LOGINADELINE
It lands square on his back before falling to the floor by the bed. The dead rat peeks out of the opening and the girl screams louder than I did when I first saw it. Both their reactions are satisfying to watch.The girl pushes him off her and while he struggles to keep his balance, she struggles to cover herself up but fails terribly so she runs past me anyway with more loose buttons on her blouse than I can count.
Cussing as he pushes his hair back, he stands before aggressively kicking the paper bag to a corner of the room. He covers up the distance between us in two long strides.
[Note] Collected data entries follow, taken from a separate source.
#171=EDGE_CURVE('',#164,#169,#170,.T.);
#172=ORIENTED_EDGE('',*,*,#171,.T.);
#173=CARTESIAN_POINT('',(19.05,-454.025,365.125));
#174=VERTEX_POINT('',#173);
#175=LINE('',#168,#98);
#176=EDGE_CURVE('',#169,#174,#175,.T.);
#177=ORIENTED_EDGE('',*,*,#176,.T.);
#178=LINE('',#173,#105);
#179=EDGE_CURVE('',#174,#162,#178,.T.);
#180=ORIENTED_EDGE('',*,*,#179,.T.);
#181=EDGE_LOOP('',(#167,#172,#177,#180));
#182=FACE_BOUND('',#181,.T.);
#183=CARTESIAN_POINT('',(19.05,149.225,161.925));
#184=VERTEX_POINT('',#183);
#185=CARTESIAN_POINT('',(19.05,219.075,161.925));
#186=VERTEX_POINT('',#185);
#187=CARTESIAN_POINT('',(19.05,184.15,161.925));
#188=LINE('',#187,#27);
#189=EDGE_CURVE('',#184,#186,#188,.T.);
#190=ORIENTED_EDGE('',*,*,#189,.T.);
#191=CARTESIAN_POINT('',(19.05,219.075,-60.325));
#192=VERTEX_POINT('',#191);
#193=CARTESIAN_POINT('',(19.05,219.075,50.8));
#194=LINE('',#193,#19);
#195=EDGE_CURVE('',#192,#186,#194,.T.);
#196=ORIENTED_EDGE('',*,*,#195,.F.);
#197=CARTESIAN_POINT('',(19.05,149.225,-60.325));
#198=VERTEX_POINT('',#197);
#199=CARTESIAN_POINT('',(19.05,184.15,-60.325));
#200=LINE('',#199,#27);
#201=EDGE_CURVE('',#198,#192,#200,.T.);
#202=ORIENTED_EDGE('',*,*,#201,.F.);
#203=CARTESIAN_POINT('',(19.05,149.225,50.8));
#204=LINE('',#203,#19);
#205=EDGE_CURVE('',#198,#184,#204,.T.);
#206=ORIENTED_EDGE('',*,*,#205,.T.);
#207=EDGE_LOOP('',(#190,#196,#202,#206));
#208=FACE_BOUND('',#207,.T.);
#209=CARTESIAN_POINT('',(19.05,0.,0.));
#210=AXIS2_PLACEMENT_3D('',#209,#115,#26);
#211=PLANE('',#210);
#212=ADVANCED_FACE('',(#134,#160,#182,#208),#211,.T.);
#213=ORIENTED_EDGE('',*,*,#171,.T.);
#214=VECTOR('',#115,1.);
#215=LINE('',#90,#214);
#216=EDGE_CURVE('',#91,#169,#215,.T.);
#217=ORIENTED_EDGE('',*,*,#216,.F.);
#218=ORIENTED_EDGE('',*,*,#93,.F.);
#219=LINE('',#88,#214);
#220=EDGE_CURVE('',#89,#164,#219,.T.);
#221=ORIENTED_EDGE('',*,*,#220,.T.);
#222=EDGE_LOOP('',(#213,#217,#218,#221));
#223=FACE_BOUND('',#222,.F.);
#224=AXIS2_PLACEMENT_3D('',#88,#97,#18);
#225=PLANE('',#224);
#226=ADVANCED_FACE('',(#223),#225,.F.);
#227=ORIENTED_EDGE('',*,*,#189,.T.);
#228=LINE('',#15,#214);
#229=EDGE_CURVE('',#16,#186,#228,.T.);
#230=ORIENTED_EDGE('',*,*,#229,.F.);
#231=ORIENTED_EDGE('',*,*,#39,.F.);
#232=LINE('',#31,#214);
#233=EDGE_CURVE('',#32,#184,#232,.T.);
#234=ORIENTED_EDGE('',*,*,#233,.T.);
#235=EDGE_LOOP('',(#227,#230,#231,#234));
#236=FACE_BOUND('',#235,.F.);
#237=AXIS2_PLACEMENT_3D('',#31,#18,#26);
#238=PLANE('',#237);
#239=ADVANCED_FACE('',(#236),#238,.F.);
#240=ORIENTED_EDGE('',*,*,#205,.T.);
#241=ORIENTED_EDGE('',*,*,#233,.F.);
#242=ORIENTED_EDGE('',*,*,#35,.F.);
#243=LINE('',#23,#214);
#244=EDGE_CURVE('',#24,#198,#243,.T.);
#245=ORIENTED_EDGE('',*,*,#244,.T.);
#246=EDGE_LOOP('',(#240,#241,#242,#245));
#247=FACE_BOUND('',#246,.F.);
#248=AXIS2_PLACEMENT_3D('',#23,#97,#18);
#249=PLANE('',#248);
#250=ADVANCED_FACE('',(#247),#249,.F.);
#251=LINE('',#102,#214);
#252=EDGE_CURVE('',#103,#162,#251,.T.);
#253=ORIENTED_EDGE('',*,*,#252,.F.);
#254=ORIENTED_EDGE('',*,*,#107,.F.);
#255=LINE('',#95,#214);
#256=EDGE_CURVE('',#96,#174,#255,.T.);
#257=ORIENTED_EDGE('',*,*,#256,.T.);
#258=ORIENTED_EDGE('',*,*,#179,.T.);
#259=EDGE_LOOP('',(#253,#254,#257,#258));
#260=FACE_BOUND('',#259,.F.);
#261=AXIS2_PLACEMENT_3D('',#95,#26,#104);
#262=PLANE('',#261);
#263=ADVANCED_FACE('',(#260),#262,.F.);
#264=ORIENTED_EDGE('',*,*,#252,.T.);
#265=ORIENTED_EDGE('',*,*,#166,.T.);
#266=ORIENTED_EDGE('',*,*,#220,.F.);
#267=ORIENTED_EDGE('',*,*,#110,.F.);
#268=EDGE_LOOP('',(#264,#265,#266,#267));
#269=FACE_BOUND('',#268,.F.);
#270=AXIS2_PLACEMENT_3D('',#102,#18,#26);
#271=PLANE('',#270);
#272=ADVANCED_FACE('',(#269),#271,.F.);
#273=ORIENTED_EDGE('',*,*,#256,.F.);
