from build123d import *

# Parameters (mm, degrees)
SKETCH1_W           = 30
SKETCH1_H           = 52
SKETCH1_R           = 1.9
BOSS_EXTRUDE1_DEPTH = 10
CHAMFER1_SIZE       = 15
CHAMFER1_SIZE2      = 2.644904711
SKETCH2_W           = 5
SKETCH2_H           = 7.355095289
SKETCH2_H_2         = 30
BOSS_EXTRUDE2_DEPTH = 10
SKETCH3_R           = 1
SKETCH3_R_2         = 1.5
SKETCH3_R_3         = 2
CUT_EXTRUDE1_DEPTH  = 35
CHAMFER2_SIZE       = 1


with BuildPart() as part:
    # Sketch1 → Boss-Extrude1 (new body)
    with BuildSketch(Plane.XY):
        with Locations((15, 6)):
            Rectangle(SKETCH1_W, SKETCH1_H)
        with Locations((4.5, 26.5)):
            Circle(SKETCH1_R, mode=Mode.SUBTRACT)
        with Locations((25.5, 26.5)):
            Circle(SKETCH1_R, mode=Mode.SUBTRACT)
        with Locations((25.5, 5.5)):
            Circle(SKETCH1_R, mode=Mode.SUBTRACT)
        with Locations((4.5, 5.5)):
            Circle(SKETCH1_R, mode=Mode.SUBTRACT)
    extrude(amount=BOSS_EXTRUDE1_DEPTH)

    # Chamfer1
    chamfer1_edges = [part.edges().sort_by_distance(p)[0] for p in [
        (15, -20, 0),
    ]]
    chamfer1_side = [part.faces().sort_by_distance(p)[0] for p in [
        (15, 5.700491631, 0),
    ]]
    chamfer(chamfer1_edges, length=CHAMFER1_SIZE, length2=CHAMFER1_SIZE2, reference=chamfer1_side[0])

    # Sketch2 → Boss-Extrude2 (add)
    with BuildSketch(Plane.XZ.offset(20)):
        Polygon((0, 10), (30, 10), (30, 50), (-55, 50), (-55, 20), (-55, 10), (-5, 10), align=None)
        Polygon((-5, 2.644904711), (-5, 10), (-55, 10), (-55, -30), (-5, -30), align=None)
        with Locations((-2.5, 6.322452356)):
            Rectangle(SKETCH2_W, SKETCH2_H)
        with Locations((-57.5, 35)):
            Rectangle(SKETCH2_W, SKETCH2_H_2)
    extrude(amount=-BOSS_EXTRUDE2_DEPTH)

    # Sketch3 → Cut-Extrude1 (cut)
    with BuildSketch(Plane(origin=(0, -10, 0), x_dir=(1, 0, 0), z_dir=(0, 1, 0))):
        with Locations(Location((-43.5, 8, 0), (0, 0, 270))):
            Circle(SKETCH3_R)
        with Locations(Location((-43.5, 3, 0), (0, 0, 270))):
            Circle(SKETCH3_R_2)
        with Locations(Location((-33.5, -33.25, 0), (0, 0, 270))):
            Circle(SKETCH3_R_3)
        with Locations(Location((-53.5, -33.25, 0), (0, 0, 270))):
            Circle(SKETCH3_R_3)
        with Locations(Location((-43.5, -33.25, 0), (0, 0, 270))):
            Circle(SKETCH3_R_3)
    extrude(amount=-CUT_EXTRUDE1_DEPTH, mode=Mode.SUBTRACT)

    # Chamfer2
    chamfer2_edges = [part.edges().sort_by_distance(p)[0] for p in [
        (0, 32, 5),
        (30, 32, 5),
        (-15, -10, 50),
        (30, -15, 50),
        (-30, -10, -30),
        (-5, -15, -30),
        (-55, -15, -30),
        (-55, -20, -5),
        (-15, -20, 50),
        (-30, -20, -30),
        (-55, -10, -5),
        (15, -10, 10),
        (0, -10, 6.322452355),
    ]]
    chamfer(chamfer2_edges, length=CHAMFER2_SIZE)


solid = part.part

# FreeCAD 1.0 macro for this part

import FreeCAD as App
import Part
import Sketcher
from FreeCAD import Vector
Q = App.Units.Quantity


def edges_at(feature, points):
    """Names of the edges that pass closest to the given points."""
    edges = feature.Shape.Edges
    near = lambda p: min(range(len(edges)), key=lambda i: edges[i].distToShape(Part.Vertex(*p))[0])
    return sorted({f"Edge{near(p) + 1}" for p in points})


def add_polygon(sketch, points):
    """Adds a closed chain of lines whose ends are joined by coincident constraints."""
    first, n = sketch.GeometryCount, len(points)
    for a, b in zip(points, points[1:] + points[:1]):
        sketch.addGeometry(Part.LineSegment(App.Vector(*a, 0), App.Vector(*b, 0)), False)
    for i in range(n):
        sketch.addConstraint(Sketcher.Constraint("Coincident", first + i, 2, first + (i + 1) % n, 1))

doc = App.newDocument("Part")
body = doc.addObject("PartDesign::Body", "Body")

# Sketch on XY plane
sketch1 = body.newObject("Sketcher::SketchObject", "Sketch")
sketch1.AttachmentSupport = (doc.getObject("XY_Plane"), [""])
sketch1.MapMode = "FlatFace"
add_polygon(sketch1, [(0, 32), (0, -20), (30, -20), (30, 32)])  # lines 0-3
sketch1.addGeometry(Part.Circle(Vector(4.5, 5.5, 0), Vector(0, 0, 1), 1.9), False)  # 4
sketch1.addGeometry(Part.Circle(Vector(25.5, 5.5, 0), Vector(0, 0, 1), 1.9), False)  # 5
sketch1.addGeometry(Part.Circle(Vector(4.5, 26.5, 0), Vector(0, 0, 1), 1.9), False)  # 6
sketch1.addGeometry(Part.Circle(Vector(25.5, 26.5, 0), Vector(0, 0, 1), 1.9), False)  # 7
sketch1.addConstraint(Sketcher.Constraint("Vertical", 0))
sketch1.addConstraint(Sketcher.Constraint("Horizontal", 1))
sketch1.addConstraint(Sketcher.Constraint("Vertical", 2))
sketch1.addConstraint(Sketcher.Constraint("Horizontal", 3))
sketch1.addConstraint(Sketcher.Constraint("Equal", 4, 5))
sketch1.addConstraint(Sketcher.Constraint("Equal", 5, 6))
sketch1.addConstraint(Sketcher.Constraint("Equal", 6, 7))
sketch1.addConstraint(Sketcher.Constraint("PointOnObject", 0, 2, -2))
sketch1.addConstraint(Sketcher.Constraint("Horizontal", 4, 3, 5, 3))
sketch1.addConstraint(Sketcher.Constraint("Horizontal", 6, 3, 7, 3))
sketch1.addConstraint(Sketcher.Constraint("Vertical", 4, 3, 6, 3))
sketch1.addConstraint(Sketcher.Constraint("Vertical", 5, 3, 7, 3))
sketch1.addConstraint(Sketcher.Constraint("Diameter", 4, Q("3.8 mm")))
sketch1.addConstraint(Sketcher.Constraint("DistanceX", 1, 1, 1, 2, Q("30 mm")))
sketch1.addConstraint(Sketcher.Constraint("DistanceY", 0, 2, 0, 1, Q("52 mm")))
sketch1.addConstraint(Sketcher.Constraint("DistanceY", 0, 2, -1, 1, Q("20 mm")))
sketch1.addConstraint(Sketcher.Constraint("DistanceX", 4, 3, 5, 3, Q("21 mm")))
sketch1.addConstraint(Sketcher.Constraint("DistanceY", 4, 3, 6, 3, Q("21 mm")))
sketch1.addConstraint(Sketcher.Constraint("DistanceX", -1, 1, 4, 3, Q("4.5 mm")))
sketch1.addConstraint(Sketcher.Constraint("DistanceY", -1, 1, 4, 3, Q("5.5 mm")))
pad1 = body.newObject("PartDesign::Pad", "Pad")
pad1.Profile = sketch1
pad1.Length = 10
doc.recompute()

chamfer = body.newObject("PartDesign::Chamfer", "Chamfer")
chamfer.Base = (pad1, edges_at(pad1, [(15, -20, 0)]))
chamfer.ChamferType = "Two distances"
chamfer.Size = 15
chamfer.Size2 = 2.644905
chamfer.FlipDirection = True

# Sketch on XZ plane
sketch2 = body.newObject("Sketcher::SketchObject", "Sketch001")
sketch2.AttachmentSupport = (doc.getObject("XZ_Plane"), [""])
sketch2.MapMode = "FlatFace"
sketch2.AttachmentOffset = App.Placement(Vector(0, 0, 20), App.Rotation())
add_polygon(sketch2, [(30, 10), (30, 50), (-60, 50), (-60, 20), (-55, 20), (-55, -30), (-5, -30), (-5, 3), (0, 3), (0, 10)])  # lines 0-9
sketch2.addConstraint(Sketcher.Constraint("Vertical", 0))
sketch2.addConstraint(Sketcher.Constraint("Horizontal", 1))
sketch2.addConstraint(Sketcher.Constraint("Vertical", 2))
sketch2.addConstraint(Sketcher.Constraint("Horizontal", 3))
sketch2.addConstraint(Sketcher.Constraint("Vertical", 4))
sketch2.addConstraint(Sketcher.Constraint("Horizontal", 5))
sketch2.addConstraint(Sketcher.Constraint("Vertical", 6))
sketch2.addConstraint(Sketcher.Constraint("Horizontal", 7))
sketch2.addConstraint(Sketcher.Constraint("Vertical", 8))
sketch2.addConstraint(Sketcher.Constraint("Horizontal", 9))
sketch2.addConstraint(Sketcher.Constraint("PointOnObject", 7, 2, -2))
sketch2.addConstraint(Sketcher.Constraint("Equal", 3, 7))
sketch2.addConstraint(Sketcher.Constraint("Equal", 9, 2))
sketch2.addConstraint(Sketcher.Constraint("Equal", 5, 4))
sketch2.addConstraint(Sketcher.Constraint("DistanceX", 1, 2, 1, 1, Q("90 mm")))
sketch2.addConstraint(Sketcher.Constraint("DistanceX", 3, 1, 3, 2, Q("5 mm")))
sketch2.addConstraint(Sketcher.Constraint("DistanceX", 5, 1, 5, 2, Q("50 mm")))
sketch2.addConstraint(Sketcher.Constraint("DistanceY", 0, 1, 0, 2, Q("40 mm")))
sketch2.addConstraint(Sketcher.Constraint("DistanceY", -1, 1, 0, 2, Q("50 mm")))
sketch2.addConstraint(Sketcher.Constraint("DistanceY", 6, 1, 6, 2, Q("32.644905 mm")))
pad2 = body.newObject("PartDesign::Pad", "Pad001")
pad2.Profile = sketch2
pad2.Length = 10
pad2.Reversed = True

# Sketch on XZ plane
sketch3 = body.newObject("Sketcher::SketchObject", "Sketch002")
sketch3.AttachmentSupport = (doc.getObject("XZ_Plane"), [""])
sketch3.MapMode = "FlatFace"
sketch3.AttachmentOffset = App.Placement(Vector(0, 0, 10), App.Rotation())
sketch3.addGeometry(Part.Circle(Vector(-43.5, -8, 0), Vector(0, 0, 1), 1), False)
sketch3.addGeometry(Part.Circle(Vector(-43.5, -3, 0), Vector(0, 0, 1), 1.5), False)
sketch3.addGeometry(Part.Circle(Vector(-33.5, 33.2, 0), Vector(0, 0, 1), 2), False)
sketch3.addGeometry(Part.Circle(Vector(-53.5, 33.2, 0), Vector(0, 0, 1), 2), False)
sketch3.addGeometry(Part.Circle(Vector(-43.5, 33.2, 0), Vector(0, 0, 1), 2), False)
sketch3.addConstraint(Sketcher.Constraint("Equal", 2, 3))
sketch3.addConstraint(Sketcher.Constraint("Equal", 3, 4))
sketch3.addConstraint(Sketcher.Constraint("Horizontal", 2, 3, 3, 3))
sketch3.addConstraint(Sketcher.Constraint("Horizontal", 3, 3, 4, 3))
sketch3.addConstraint(Sketcher.Constraint("Vertical", 0, 3, 1, 3))
sketch3.addConstraint(Sketcher.Constraint("Vertical", 1, 3, 4, 3))
sketch3.addConstraint(Sketcher.Constraint("Diameter", 0, Q("2 mm")))
sketch3.addConstraint(Sketcher.Constraint("Diameter", 1, Q("3 mm")))
sketch3.addConstraint(Sketcher.Constraint("Diameter", 2, Q("4 mm")))
sketch3.addConstraint(Sketcher.Constraint("DistanceY", 0, 3, -1, 1, Q("8 mm")))
sketch3.addConstraint(Sketcher.Constraint("DistanceY", 1, 3, -1, 1, Q("3 mm")))
sketch3.addConstraint(Sketcher.Constraint("DistanceX", 1, 3, 2, 3, Q("10 mm")))
sketch3.addConstraint(Sketcher.Constraint("DistanceX", 3, 3, 2, 3, Q("20 mm")))
sketch3.addConstraint(Sketcher.Constraint("DistanceX", 0, 3, -1, 1, Q("43.5 mm")))
sketch3.addConstraint(Sketcher.Constraint("DistanceY", -1, 1, 2, 3, Q("33.25 mm")))
pocket1 = body.newObject("PartDesign::Pocket", "Pocket")
pocket1.Profile = sketch3
pocket1.Length = 35
pocket1.Reversed = True
doc.recompute()

chamfer2 = body.newObject("PartDesign::Chamfer", "Chamfer001")
chamfer2.Base = (pocket1, edges_at(pocket1, [
    (0, 32, 5),
    (30, 32, 5),
    (-15, -10, 50),
    (30, -15, 50),
    (-30, -10, -30),
    (-5, -15, -30),
    (-55, -15, -30),
    (-55, -20, -5),
    (-15, -20, 50),
    (-30, -20, -30),
    (-55, -10, -5),
    (15, -10, 10),
    (0, -10, 6.322),
]))
chamfer2.Size = 1

doc.recompute()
My eyes don’t waver even when James Sullivan Junior, self-acclaimed king of high school and my nemesis since the 9th grade stands chest-bare in front of me.
Now I know what you’re thinking. But no; James and Nora aren’t in any way related. Not even remotely. It’s just so unfortunate that my favorite talent shares the last name of a douchebag who thinks he owns the school because a huge chunk of his father’s wealth goes into funding it.
“What’s your deal, Caldwell?” He stresses my last name in a rather demeaning way, his voice dangerously low. It must be so painful to have been cock-blocked by me.
“What do you think, James?” The scowl that takes form on his face after I say that satisfies me greatly. You see, it’s our thing; he thinks he's degrading me by calling me by my last name and I rile him up by calling him by his real name knowing quite well that he detests it and prefers to be called Junior. Junior my ass.
“You could have knocked if you wanted in on the fun.” He taunts me.
I scrunch my nose, internally cringing at his words.
“Gross. I wouldn’t touch you with a ten-foot pole.” I say.
He clicks his tongue, “Believe me, half the girls in school will beg to differ.” The scowl is still very much present in his stupidly handsome features as he shamelessly hints at his sexcapades. I don’t let my fleeting thoughts of his looks distract me from my goal.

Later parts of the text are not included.